Batas maksimal fuel surcharge kini kembali ditetapkan hingga 40 persen dari tarif batas atas (TBA). Kebijakan tersebut meningkat dibandingkan ketentuan sebelumnya yang sempat diturunkan menjadi maksimal 30 persen mulai 1 Agustus 2026.
Penyesuaian tersebut dilakukan pemerintah setelah mempertimbangkan perkembangan harga bahan bakar pesawat atau avtur yang kembali mengalami kenaikan.
Direktur Jenderal Perhubungan Udara Kementerian Perhubungan, Lukman F. Laisa, mengatakan perubahan batas maksimal fuel surcharge merupakan bagian dari evaluasi pemerintah terhadap komponen tarif penerbangan.
Salah satu pertimbangannya adalah perkembangan harga avtur.
Per 1 September 2026, rata-rata harga avtur tercatat mencapai Rp23.315 per liter.

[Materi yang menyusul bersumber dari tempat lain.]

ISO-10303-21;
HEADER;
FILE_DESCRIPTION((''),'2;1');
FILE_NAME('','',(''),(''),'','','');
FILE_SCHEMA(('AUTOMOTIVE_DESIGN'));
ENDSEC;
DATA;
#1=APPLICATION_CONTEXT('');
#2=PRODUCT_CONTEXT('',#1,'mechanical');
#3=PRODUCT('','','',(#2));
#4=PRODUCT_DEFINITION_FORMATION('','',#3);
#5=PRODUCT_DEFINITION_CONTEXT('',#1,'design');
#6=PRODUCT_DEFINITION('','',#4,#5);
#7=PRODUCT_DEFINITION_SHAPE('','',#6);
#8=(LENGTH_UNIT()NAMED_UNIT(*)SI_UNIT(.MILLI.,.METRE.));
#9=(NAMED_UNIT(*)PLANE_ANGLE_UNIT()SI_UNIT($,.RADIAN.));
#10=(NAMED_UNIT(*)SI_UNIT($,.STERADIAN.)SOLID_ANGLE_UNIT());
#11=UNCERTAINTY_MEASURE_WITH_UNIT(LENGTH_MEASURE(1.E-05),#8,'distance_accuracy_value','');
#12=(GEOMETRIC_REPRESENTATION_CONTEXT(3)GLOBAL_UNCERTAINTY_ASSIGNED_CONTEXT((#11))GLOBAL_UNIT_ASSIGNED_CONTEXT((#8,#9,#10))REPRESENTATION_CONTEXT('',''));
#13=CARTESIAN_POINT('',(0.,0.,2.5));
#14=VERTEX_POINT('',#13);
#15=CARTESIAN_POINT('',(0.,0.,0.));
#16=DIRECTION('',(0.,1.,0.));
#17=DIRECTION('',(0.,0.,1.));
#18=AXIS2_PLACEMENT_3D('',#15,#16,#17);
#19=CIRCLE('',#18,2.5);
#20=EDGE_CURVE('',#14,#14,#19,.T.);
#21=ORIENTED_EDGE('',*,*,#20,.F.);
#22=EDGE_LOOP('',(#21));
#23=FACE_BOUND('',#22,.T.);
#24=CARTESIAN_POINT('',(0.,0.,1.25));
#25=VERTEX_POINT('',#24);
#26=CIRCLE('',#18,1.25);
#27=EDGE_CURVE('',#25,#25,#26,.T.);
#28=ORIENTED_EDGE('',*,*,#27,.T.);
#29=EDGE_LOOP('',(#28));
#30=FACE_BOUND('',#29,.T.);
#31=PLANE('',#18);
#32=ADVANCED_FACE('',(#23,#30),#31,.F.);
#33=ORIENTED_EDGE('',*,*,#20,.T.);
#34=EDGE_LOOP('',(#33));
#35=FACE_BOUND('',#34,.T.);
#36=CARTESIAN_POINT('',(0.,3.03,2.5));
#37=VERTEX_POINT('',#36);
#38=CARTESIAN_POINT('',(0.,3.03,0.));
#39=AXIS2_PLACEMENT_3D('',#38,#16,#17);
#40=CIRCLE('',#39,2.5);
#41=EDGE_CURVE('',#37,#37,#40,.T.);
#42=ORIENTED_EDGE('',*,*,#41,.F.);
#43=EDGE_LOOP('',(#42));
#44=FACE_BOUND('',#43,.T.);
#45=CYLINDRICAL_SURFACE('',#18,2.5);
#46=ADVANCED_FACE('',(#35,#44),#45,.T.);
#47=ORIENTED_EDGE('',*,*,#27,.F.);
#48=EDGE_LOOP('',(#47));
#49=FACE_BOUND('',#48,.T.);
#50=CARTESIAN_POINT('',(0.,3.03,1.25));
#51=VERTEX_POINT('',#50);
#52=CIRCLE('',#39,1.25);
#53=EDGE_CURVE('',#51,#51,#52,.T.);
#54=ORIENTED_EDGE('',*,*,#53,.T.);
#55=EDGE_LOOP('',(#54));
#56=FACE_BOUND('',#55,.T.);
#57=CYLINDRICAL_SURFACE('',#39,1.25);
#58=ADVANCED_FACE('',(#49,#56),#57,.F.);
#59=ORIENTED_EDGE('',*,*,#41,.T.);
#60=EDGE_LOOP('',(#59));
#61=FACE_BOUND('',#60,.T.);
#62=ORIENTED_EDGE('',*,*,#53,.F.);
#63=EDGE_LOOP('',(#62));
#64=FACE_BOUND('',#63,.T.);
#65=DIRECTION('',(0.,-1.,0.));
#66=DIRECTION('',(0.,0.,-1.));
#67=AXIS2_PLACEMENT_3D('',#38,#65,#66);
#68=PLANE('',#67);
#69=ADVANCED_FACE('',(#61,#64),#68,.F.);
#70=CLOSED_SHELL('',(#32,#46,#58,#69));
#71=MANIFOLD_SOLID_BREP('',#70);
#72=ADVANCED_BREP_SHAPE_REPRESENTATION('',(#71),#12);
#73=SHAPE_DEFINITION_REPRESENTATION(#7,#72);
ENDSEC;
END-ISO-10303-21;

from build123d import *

# Parameters (mm, degrees)
SKETCH1_W                 = 2.5
SKETCH1_H                 = 3.03
M3X0_5_TAPPED_HOLE1_D     = 2.5
M3X0_5_TAPPED_HOLE1_DEPTH = 8.5
M3X0_5_TAPPED_HOLE1_TIP   = 0.751075774


with BuildPart() as part:
    # Sketch1 → Revolve1 (revolve)
    with BuildSketch(Plane.XY):
        with Locations((1.25, 1.515)):
            Rectangle(SKETCH1_W, SKETCH1_H)
    revolve(axis=Axis((0, 0, 0), (0, -1, 0)))

    # M3x0.5 Tapped Hole1
    with Locations(Plane(origin=(0, 3.03, 0), x_dir=(1, 0, 0), z_dir=(0, 1, 0))):
        with Locations((0, 0)):
            Hole(M3X0_5_TAPPED_HOLE1_D / 2, depth=M3X0_5_TAPPED_HOLE1_DEPTH)
            with Locations((0, 0, -(M3X0_5_TAPPED_HOLE1_DEPTH + M3X0_5_TAPPED_HOLE1_TIP / 2))):  # 118° drill point
                Cone(0, M3X0_5_TAPPED_HOLE1_D / 2, M3X0_5_TAPPED_HOLE1_TIP, mode=Mode.SUBTRACT)


solid = part.part
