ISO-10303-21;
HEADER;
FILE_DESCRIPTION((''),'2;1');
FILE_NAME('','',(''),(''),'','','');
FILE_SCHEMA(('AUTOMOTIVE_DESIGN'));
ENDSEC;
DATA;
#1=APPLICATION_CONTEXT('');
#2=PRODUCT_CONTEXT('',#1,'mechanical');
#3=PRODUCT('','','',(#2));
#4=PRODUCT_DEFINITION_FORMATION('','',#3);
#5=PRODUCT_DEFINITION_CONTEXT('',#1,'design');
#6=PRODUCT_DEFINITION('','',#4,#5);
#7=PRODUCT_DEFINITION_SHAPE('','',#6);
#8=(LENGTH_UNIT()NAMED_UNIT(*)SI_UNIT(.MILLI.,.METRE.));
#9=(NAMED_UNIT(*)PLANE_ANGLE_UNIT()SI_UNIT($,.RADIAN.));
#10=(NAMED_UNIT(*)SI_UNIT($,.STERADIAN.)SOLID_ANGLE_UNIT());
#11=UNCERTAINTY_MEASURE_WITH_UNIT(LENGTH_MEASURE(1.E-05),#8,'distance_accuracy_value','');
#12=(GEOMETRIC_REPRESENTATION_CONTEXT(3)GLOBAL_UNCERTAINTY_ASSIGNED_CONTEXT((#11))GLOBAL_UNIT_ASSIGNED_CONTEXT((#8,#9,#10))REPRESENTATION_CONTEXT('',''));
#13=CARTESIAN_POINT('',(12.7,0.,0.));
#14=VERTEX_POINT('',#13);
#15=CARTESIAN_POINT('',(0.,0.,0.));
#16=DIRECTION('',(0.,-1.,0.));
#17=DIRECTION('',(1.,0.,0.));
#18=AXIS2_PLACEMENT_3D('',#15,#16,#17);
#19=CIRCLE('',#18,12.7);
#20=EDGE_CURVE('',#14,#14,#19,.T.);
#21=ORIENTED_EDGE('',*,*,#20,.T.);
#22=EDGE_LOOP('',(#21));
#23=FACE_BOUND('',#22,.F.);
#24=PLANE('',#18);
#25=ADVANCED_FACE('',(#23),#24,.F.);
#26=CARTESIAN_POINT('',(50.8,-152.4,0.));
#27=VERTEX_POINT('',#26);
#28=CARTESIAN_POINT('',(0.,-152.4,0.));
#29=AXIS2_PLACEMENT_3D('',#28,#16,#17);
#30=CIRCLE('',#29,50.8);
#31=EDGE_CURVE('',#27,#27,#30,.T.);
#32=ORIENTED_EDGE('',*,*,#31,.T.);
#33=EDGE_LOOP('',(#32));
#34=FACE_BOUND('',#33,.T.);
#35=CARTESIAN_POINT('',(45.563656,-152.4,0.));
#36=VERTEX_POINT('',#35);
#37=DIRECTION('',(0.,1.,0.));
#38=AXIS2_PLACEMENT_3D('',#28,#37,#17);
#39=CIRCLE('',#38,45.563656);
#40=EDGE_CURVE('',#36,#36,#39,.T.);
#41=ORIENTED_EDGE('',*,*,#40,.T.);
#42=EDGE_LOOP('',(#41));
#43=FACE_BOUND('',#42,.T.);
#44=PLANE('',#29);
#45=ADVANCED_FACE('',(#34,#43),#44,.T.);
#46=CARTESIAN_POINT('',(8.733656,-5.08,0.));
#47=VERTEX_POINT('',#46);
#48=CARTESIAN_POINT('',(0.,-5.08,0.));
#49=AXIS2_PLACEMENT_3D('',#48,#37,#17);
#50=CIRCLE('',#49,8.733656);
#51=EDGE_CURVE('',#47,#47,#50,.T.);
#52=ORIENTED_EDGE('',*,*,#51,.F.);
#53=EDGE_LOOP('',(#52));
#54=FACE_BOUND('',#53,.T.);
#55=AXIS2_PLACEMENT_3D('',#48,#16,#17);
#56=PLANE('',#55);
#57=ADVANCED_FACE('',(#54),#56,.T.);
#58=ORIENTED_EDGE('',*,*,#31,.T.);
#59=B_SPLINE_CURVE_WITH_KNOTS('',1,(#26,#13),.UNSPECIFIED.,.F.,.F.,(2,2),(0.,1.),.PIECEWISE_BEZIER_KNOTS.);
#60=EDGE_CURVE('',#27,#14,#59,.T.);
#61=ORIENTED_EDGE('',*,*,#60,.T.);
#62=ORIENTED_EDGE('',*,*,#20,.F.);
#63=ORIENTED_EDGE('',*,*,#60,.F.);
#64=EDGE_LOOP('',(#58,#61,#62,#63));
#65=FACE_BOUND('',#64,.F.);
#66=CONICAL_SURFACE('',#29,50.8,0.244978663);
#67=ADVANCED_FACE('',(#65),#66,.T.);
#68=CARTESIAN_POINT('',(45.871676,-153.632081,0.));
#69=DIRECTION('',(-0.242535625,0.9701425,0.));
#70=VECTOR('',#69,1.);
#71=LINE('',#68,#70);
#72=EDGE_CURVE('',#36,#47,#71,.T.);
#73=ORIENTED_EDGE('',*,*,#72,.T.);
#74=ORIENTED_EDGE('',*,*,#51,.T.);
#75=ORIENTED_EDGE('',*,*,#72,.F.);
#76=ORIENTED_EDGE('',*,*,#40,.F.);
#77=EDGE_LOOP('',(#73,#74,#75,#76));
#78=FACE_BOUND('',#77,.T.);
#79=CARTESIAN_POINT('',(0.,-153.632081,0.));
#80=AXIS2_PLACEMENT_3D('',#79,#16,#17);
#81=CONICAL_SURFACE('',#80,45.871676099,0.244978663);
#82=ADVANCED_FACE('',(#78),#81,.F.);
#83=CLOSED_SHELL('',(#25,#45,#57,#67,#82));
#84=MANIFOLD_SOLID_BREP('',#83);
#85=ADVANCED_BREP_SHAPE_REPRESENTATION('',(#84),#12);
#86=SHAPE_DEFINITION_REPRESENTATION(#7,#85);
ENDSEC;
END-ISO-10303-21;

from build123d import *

# Parameters (mm, degrees)
F1_R = 50.8
F2_R = 12.7
F4_T = -5.08


with BuildPart() as f3:
    # F1 (on offset) → F3 section 0
    with BuildSketch(Plane.XZ.offset(152.4)):
        Circle(F1_R)
    # F2 (on Front) → F3 section 1
    with BuildSketch(Plane.XZ):
        Circle(F2_R)
    loft()

    # F4
    f4_openings = [f3.faces().sort_by_distance(p)[0] for p in [
        (0, -152.4, 0),
    ]]
    offset(amount=F4_T, openings=f4_openings, kind=Kind.INTERSECTION)


solid = f3.part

Angka tersebut meningkat sekitar 6,5 persen dibandingkan periode sebelumnya.
Kenaikan harga bahan bakar pesawat menjadi salah satu faktor yang diperhitungkan karena biaya avtur memiliki pengaruh terhadap operasional maskapai.
“Penyesuaian besaran maksimal tersebut merupakan bagian dari kebijakan evaluasi pemerintah terhadap komponen tarif penerbangan dengan tetap mempertimbangkan kondisi harga bahan bakar, keberlangsungan operasional badan usaha angkutan udara, serta kepentingan masyarakat sebagai pengguna jasa transportasi udara,” kata Lukman dalam keterangan resmi, Rabu (2/9/2026).
Kenaikan batas maksimal fuel surcharge perlu dipahami sebagai batas atas komponen biaya tambahan, bukan berarti seluruh tiket pesawat domestik kelas ekonomi otomatis mengalami kenaikan sebesar 40 persen.
Besaran yang diterapkan maskapai tetap perlu mengikuti ketentuan tarif penerbangan yang berlaku.
Dengan demikian, perubahan kebijakan tersebut memberikan ruang bagi maskapai untuk menyesuaikan komponen fuel surcharge berdasarkan kondisi biaya operasional dan harga bahan bakar.
Bagi calon penumpang, komponen ini tetap penting diperhatikan ketika membandingkan harga tiket karena biaya tambahan dapat memengaruhi total harga yang harus dibayarkan.
Kementerian Perhubungan menyatakan akan melakukan pengawasan terhadap penerapan tarif penerbangan, termasuk fuel surcharge.
Pengawasan dilakukan untuk memastikan maskapai menerapkan biaya sesuai ketentuan serta mencantumkan komponen tarif secara transparan pada tiket yang dibeli penumpang.
Langkah tersebut dinilai penting agar penumpang dapat mengetahui dengan jelas struktur biaya yang terdapat dalam harga tiket pesawat.
Lukman mengatakan pengawasan juga diarahkan untuk menjaga agar tarif penerbangan tetap kompetitif dengan mempertimbangkan kondisi pasar serta kemampuan masyarakat.
Pemerintah menyatakan kebijakan tarif penerbangan tidak bersifat statis. Perkembangan harga avtur akan terus dipantau dan dapat menjadi salah satu bahan evaluasi terhadap kebijakan fuel surcharge.
Di satu sisi, pemerintah perlu menjaga agar kenaikan biaya bahan bakar tidak terlalu menekan keberlangsungan operasional maskapai. Di sisi lain, kepentingan masyarakat sebagai pengguna jasa transportasi udara juga menjadi pertimbangan.
Kemenhub menyebut evaluasi tersebut dilakukan untuk menjaga keseimbangan antara konektivitas nasional, keberlangsungan industri penerbangan, dan daya beli masyarakat.
Dengan batas maksimal fuel surcharge yang kini kembali menjadi 40 persen dari TBA, calon penumpang perlu memperhatikan harga tiket secara keseluruhan, terutama ketika merencanakan perjalanan menggunakan penerbangan domestik.
Kenaikan batas maksimal tersebut juga menunjukkan bahwa perubahan harga avtur dapat kembali memengaruhi komponen biaya perjalanan udara, meskipun besaran kenaikan harga tiket yang dibayarkan penumpang tetap bergantung pada penerapan tarif masing-masing maskapai sesuai aturan yang berlaku.